▶ EXERCISE DESCRIPTION
Starting with the line that contains "f 170 169 406" and stopping after the line that contains "f 263 404 403", return each line below exactly as written, with no others.

▶ Collected data entries
|---|
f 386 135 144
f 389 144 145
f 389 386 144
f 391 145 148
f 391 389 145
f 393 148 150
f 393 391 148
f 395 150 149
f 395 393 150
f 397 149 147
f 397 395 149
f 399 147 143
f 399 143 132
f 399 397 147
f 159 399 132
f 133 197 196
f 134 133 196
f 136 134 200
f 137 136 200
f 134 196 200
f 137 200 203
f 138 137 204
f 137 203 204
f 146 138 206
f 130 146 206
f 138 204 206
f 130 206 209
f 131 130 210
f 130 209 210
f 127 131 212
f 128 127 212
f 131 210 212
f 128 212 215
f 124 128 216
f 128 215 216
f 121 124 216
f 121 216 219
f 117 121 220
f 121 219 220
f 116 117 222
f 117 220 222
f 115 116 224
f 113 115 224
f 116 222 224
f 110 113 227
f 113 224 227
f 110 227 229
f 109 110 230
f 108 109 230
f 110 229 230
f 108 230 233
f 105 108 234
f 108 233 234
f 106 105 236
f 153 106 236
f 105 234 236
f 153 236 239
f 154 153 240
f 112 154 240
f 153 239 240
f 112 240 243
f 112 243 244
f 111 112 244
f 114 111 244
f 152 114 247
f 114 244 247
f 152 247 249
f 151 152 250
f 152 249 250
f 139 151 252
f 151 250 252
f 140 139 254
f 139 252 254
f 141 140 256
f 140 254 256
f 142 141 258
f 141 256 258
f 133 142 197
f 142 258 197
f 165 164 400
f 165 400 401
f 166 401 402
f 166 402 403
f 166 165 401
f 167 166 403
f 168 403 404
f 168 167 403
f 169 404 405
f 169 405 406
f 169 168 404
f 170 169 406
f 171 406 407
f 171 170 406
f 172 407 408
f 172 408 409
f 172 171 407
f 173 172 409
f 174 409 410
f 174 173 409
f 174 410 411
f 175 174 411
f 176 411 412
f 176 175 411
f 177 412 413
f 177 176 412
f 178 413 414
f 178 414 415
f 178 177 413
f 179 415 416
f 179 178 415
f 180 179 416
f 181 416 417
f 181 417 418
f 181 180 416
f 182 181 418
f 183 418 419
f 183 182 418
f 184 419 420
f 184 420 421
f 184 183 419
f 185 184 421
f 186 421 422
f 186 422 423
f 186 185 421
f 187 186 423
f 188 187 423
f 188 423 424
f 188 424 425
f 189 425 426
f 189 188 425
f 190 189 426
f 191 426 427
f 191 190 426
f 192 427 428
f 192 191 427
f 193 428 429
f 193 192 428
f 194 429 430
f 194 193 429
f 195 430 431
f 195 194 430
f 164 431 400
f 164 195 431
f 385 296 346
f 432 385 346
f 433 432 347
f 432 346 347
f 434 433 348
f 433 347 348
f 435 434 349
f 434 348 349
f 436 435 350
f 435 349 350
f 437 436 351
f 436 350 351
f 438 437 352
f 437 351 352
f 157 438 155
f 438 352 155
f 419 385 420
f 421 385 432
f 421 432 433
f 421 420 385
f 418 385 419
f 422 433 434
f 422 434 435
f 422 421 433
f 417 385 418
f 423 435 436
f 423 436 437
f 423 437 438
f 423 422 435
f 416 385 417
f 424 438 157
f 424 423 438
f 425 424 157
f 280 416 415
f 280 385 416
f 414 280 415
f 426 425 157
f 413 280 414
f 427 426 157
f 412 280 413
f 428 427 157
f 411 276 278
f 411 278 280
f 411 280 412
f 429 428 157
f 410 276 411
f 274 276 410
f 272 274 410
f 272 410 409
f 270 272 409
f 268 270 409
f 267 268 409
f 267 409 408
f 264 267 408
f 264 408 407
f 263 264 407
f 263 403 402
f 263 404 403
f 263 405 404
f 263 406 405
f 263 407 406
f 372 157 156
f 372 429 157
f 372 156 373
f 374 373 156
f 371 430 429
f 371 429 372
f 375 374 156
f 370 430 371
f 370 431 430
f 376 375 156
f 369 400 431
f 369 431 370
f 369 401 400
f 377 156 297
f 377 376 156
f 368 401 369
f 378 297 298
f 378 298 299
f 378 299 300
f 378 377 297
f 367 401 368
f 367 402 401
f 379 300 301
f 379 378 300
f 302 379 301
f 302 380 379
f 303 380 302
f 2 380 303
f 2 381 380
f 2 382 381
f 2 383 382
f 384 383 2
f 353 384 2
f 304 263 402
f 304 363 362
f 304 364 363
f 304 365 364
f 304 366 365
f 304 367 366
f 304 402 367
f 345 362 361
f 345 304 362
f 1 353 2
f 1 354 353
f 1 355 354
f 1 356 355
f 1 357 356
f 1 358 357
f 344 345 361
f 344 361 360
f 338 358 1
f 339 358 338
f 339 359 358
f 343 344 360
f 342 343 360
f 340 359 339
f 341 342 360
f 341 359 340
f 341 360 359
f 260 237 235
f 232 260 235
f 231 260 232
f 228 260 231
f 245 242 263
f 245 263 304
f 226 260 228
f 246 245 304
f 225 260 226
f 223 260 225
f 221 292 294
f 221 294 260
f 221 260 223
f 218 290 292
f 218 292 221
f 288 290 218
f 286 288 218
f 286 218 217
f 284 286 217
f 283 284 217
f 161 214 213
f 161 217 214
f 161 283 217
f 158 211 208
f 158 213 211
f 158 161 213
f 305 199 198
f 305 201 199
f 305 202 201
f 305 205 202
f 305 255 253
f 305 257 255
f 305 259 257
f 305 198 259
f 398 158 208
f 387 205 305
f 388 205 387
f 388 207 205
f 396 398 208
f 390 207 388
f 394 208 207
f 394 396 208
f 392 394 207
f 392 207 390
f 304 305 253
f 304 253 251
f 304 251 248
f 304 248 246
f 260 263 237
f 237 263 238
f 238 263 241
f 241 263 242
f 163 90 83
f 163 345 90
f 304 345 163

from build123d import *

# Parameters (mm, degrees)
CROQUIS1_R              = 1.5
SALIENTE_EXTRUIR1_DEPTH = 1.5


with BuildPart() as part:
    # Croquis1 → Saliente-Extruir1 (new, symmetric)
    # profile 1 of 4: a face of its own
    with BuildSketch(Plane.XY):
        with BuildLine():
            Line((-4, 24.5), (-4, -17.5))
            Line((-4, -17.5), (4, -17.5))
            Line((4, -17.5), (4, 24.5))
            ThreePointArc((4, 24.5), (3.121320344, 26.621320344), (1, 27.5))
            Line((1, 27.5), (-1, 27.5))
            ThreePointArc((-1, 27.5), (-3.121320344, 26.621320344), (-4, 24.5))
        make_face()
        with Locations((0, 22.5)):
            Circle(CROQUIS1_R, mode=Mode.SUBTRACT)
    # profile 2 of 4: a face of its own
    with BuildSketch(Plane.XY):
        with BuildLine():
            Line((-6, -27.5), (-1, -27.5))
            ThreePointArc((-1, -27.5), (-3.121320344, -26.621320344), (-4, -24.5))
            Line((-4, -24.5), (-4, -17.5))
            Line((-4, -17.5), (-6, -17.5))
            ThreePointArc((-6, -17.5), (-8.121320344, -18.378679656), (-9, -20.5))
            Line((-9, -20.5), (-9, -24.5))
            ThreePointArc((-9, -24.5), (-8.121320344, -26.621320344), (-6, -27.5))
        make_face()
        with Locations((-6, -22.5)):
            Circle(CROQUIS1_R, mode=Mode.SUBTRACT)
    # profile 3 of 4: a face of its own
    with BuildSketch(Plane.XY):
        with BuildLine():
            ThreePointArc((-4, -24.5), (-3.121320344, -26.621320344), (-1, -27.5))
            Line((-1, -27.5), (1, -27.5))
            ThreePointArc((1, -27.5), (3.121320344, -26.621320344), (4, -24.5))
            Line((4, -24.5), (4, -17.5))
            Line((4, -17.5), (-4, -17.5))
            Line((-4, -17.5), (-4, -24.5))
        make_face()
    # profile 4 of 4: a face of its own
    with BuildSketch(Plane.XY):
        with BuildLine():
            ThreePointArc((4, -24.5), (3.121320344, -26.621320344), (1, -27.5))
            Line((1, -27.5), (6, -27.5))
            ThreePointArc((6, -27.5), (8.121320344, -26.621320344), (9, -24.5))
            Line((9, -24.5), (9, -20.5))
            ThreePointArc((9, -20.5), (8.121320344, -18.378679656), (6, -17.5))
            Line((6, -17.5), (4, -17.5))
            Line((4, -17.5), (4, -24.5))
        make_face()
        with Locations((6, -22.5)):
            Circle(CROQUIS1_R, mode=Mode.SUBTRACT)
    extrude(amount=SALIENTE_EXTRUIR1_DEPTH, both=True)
|---|
▶ RESULT
f 170 169 406
f 171 406 407
f 171 170 406
f 172 407 408
f 172 408 409
f 172 171 407
f 173 172 409
f 174 409 410
f 174 173 409
f 174 410 411
f 175 174 411
f 176 411 412
f 176 175 411
f 177 412 413
f 177 176 412
f 178 413 414
f 178 414 415
f 178 177 413
f 179 415 416
f 179 178 415
f 180 179 416
f 181 416 417
f 181 417 418
f 181 180 416
f 182 181 418
f 183 418 419
f 183 182 418
f 184 419 420
f 184 420 421
f 184 183 419
f 185 184 421
f 186 421 422
f 186 422 423
f 186 185 421
f 187 186 423
f 188 187 423
f 188 423 424
f 188 424 425
f 189 425 426
f 189 188 425
f 190 189 426
f 191 426 427
f 191 190 426
f 192 427 428
f 192 191 427
f 193 428 429
f 193 192 428
f 194 429 430
f 194 193 429
f 195 430 431
f 195 194 430
f 164 431 400
f 164 195 431
f 385 296 346
f 432 385 346
f 433 432 347
f 432 346 347
f 434 433 348
f 433 347 348
f 435 434 349
f 434 348 349
f 436 435 350
f 435 349 350
f 437 436 351
f 436 350 351
f 438 437 352
f 437 351 352
f 157 438 155
f 438 352 155
f 419 385 420
f 421 385 432
f 421 432 433
f 421 420 385
f 418 385 419
f 422 433 434
f 422 434 435
f 422 421 433
f 417 385 418
f 423 435 436
f 423 436 437
f 423 437 438
f 423 422 435
f 416 385 417
f 424 438 157
f 424 423 438
f 425 424 157
f 280 416 415
f 280 385 416
f 414 280 415
f 426 425 157
f 413 280 414
f 427 426 157
f 412 280 413
f 428 427 157
f 411 276 278
f 411 278 280
f 411 280 412
f 429 428 157
f 410 276 411
f 274 276 410
f 272 274 410
f 272 410 409
f 270 272 409
f 268 270 409
f 267 268 409
f 267 409 408
f 264 267 408
f 264 408 407
f 263 264 407
f 263 403 402
f 263 404 403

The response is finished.